Jungkook terejut. Hampir saja terjatuh kala bertabrakan dengan Hanbyul yang tiba-tiba sudah berada di belakangnya dengan sebuah tas di tangan.
"Ah, mianhae."
"Sebaiknya kau berganti pakaian, Jungkook-ssi." Hanbyul menyerahkan tas yang dibawanya. Di dalamnya, Jungkook dapat melihat satu setel piyama berwarna biru kehitaman yang masih baru. Masih terbungkus rapi. "Kau bisa mengenakannya."

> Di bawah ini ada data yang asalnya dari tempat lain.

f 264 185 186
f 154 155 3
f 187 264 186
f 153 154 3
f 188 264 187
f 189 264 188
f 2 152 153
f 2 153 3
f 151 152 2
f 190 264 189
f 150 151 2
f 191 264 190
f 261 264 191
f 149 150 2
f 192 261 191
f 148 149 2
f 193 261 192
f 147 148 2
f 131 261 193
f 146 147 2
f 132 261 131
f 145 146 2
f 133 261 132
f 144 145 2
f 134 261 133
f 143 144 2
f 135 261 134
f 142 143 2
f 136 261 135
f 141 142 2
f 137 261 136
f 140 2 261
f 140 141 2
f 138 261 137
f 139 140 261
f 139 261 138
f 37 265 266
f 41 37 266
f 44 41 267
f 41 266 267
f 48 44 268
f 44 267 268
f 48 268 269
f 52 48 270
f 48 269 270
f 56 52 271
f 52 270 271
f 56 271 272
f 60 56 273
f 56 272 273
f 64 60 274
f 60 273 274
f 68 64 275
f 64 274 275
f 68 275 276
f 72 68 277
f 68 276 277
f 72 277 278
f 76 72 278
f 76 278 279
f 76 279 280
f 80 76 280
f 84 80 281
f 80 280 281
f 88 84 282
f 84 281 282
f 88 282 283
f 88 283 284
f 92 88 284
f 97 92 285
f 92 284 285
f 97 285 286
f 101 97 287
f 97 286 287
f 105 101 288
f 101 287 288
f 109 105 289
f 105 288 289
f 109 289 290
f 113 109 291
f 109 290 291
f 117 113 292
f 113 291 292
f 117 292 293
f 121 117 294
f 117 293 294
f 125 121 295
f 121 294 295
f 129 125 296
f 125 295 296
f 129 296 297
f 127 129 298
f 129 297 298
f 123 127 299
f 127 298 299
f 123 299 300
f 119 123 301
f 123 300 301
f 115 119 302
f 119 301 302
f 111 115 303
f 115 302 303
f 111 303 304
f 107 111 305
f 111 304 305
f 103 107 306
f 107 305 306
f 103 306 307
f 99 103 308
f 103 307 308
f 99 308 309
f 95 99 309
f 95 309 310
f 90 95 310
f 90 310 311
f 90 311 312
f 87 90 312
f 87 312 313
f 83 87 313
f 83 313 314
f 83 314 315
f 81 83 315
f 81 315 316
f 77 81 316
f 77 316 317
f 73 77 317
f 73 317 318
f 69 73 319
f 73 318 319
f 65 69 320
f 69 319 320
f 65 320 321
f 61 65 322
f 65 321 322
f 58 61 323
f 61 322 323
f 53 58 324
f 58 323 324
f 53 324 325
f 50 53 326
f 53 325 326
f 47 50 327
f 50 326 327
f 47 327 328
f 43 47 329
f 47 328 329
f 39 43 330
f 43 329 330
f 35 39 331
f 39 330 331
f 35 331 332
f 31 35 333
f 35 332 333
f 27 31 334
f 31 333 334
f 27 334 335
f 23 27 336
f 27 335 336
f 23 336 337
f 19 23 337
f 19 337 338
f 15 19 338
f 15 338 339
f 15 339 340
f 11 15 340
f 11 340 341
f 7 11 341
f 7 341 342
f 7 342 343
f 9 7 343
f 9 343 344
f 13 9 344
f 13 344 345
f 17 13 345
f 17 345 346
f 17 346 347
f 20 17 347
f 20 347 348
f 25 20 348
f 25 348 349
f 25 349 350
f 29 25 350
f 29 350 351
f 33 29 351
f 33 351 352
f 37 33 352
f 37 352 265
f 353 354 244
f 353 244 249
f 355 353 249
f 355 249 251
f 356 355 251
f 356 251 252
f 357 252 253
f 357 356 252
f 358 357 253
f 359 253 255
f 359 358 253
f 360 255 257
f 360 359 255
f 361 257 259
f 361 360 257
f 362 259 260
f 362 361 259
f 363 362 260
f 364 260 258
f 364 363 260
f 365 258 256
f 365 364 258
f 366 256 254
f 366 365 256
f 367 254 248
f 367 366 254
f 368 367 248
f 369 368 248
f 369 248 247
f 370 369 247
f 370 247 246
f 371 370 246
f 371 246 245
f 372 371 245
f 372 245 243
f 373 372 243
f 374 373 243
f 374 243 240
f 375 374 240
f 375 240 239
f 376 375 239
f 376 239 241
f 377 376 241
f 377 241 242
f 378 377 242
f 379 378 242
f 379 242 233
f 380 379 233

"Ne. Terimakasih, Hanbyul-ssi."
Jungkook pun melangkah, melewati wanita beraroma vanilla dan Citrus itu menuju kamar mandi. Mengganti kemeja dan celana formalnya dengan satu setel piyama yang diberikan Hanbyul.

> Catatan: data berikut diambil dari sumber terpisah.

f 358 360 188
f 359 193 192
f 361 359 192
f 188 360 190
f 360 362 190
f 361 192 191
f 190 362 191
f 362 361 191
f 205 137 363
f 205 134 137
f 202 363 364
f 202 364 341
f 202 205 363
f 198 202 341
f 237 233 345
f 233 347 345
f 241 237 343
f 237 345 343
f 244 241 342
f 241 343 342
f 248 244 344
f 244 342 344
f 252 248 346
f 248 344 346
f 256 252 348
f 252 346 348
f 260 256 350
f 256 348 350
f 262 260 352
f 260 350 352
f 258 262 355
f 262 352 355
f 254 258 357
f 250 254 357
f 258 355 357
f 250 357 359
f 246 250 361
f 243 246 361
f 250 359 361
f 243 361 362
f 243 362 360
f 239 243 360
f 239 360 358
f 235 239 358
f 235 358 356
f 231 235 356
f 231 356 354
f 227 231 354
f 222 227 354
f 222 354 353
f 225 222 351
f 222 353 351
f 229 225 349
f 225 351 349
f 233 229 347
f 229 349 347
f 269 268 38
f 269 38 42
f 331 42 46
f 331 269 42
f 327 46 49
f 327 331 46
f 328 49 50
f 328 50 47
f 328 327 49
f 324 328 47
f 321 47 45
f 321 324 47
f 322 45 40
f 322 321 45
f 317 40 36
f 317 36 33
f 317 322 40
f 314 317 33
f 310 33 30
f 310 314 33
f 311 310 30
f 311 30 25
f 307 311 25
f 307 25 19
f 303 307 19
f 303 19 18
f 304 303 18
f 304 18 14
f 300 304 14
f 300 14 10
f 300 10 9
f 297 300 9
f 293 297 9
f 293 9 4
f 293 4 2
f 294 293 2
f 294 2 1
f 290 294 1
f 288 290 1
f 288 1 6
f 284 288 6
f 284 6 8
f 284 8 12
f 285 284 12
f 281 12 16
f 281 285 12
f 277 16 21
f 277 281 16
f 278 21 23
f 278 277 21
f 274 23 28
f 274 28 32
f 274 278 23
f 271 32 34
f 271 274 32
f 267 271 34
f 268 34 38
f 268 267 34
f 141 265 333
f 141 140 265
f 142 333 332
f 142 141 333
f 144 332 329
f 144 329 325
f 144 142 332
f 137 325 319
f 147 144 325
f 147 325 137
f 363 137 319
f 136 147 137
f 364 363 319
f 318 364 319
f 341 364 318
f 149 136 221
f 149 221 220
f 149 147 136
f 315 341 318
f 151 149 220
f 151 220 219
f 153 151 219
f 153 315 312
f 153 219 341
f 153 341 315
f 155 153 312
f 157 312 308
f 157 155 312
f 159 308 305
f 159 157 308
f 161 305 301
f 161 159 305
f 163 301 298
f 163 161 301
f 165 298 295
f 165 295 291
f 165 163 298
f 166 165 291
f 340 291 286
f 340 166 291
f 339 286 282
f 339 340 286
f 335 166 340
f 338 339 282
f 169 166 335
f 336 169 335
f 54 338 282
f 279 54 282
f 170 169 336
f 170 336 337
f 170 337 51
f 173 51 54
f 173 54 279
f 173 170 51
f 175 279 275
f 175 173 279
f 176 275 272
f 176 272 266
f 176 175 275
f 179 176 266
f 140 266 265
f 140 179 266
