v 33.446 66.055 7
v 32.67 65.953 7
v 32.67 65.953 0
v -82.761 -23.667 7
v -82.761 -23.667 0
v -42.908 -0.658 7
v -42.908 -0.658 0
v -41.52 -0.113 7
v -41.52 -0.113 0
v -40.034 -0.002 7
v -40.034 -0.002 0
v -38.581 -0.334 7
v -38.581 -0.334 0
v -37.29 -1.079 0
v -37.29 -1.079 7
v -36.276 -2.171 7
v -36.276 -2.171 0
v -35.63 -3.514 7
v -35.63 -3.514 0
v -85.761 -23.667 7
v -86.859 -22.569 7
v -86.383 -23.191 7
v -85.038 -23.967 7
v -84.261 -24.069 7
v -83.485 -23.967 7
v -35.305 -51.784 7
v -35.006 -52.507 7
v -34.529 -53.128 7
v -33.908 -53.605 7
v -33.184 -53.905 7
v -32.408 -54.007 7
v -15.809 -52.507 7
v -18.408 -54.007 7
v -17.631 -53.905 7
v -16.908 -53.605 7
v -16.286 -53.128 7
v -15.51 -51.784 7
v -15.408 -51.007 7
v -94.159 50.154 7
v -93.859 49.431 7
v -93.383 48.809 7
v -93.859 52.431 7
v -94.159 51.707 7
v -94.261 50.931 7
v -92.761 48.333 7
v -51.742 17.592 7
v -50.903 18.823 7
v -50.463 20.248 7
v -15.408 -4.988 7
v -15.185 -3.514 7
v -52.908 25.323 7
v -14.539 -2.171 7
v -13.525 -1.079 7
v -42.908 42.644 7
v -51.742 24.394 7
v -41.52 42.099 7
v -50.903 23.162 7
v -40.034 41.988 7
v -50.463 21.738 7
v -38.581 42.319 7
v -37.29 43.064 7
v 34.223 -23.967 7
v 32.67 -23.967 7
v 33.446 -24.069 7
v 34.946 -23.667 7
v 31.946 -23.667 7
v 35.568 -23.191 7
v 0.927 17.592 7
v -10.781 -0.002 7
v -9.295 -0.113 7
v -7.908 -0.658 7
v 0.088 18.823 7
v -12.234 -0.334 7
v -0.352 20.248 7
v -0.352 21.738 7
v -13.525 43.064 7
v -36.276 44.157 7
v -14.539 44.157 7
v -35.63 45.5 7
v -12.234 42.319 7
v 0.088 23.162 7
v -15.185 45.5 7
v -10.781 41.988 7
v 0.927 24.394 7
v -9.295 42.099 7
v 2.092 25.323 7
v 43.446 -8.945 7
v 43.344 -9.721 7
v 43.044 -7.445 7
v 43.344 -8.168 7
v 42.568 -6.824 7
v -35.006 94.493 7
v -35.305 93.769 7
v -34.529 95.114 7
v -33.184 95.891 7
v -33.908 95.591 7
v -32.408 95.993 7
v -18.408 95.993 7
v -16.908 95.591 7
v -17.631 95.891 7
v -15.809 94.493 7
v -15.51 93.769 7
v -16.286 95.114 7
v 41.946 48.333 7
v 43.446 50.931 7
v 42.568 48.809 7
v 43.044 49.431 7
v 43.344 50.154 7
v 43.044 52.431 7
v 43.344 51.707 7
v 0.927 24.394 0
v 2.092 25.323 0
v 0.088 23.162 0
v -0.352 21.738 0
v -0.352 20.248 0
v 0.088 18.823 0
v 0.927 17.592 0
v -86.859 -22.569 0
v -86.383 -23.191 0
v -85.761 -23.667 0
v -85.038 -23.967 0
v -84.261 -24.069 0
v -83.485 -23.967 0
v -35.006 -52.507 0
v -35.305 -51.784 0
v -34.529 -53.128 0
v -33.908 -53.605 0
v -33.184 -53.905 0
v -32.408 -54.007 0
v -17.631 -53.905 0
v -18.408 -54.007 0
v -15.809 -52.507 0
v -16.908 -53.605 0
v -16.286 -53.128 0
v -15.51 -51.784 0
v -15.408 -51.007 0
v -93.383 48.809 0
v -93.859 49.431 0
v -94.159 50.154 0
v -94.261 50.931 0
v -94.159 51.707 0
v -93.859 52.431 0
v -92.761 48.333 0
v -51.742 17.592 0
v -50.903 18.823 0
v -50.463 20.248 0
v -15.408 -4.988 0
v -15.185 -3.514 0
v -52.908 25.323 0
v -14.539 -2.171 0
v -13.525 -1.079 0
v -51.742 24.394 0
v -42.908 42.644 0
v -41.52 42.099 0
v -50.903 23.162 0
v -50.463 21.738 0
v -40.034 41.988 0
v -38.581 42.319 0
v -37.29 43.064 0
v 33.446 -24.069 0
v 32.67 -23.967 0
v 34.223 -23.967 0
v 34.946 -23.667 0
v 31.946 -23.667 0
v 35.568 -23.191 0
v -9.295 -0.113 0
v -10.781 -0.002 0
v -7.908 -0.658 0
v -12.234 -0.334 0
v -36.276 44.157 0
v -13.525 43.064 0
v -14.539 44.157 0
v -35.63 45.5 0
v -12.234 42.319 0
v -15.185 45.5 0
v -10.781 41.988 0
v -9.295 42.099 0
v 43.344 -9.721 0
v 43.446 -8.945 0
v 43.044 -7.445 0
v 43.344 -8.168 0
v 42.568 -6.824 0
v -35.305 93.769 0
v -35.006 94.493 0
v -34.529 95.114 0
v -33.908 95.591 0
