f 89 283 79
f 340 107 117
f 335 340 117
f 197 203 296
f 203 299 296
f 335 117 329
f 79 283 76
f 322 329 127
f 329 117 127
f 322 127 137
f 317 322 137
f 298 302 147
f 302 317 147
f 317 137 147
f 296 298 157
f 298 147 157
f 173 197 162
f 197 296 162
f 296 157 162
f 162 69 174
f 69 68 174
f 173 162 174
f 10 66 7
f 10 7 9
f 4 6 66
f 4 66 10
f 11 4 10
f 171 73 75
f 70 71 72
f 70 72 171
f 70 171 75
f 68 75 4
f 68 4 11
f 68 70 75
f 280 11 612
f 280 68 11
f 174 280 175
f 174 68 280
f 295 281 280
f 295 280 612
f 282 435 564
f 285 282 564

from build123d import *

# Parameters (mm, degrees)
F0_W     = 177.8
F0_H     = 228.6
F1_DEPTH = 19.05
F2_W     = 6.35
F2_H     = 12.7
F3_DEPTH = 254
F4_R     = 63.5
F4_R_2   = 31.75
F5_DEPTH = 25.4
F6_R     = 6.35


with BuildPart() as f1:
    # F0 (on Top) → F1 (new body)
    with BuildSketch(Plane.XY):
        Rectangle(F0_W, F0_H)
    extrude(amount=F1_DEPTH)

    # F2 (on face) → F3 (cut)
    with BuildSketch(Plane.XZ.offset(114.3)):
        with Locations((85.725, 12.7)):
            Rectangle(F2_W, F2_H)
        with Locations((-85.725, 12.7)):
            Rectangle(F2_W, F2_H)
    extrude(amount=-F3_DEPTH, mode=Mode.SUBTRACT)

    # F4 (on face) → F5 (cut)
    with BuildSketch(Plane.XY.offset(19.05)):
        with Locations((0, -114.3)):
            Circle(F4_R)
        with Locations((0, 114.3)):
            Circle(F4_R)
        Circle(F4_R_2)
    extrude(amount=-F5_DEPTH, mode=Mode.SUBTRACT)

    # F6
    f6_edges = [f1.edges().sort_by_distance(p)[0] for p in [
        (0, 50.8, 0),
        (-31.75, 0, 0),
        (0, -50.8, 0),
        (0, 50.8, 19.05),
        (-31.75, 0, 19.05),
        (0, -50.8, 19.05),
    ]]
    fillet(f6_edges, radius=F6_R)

Keran air dinyalakan untuk membasuh wajahnya. Jungkook menatap seseorang di dalam cermin, bertanya sekali lagi apakah pria di hadapannya ini bisa membuka kembali hatinya? Bisakah pria itu mempertahankan hatinya yang tinggal sekeping tanpa perlu menghancurkannya lagi?
Meja makan sudah tertata rapi dengan beberapa jenis lauk dan nasi saat Jungkook tiba. Pria itu segera menempatkan dirinya di salah satu kursi, mengambil semangkuk nasi dan beberapa lauk setelah Hanbyul mempersilakannya.
Hanbyul mengulas senyum tipis kala melihat bagaimana lahapnya Jungkook. Nenek Jeon pernah mengatakan padanya jika cucunya ini sangat suka makan. Namun terkadang bisa melupakan kebutuhan perutnya saat sedang mengerjakan proyek baru di perusahaan.
Jika dibandingkan dengan dirinya, mungkin sama saja. Hanbyul kadang juga suka melupakan perutnya saat sedang menghadapi beberapa proyek dan Fashion Show. Sepertinya ia dan Jungkook sama-sama berambisi dengan pekerjaan masing-masing.
"Kau tidak makan?" tanya Jungkook setelah menyadari jika sedari tadi Hanbyul hanya duduk di seberangnya tanpa menyantap apapun, hanya ada sekotak susu di depannya. Matanya membulat, mulutnya sedikit terbuka karena masih mengunyah makanan.
Menggemaskan!
"Ani. Ini sudah terlalu malam. Aku akan sakit perut jika makan terlalu larut."
"Ah, seperti itu rupanya." Jungkook menelan makanannya, kemudian meneguk segelas air. "Ngomong-ngomong, kau pandai memasak juga ya? Kupikir kau tidak bisa memasak karena terlalu sibuk berada di studio."
"Aku pernah tinggal sendirian selama bertahun-tahun di negara orang. Dan saat itu aku mendapatkan banyak pelajaran berharga tentang bertahan hidup. Salah satunya memasak."
"Ya, kadang berada di tempat asing membuatu sadar bagaimana pentingnya bertahan hidup."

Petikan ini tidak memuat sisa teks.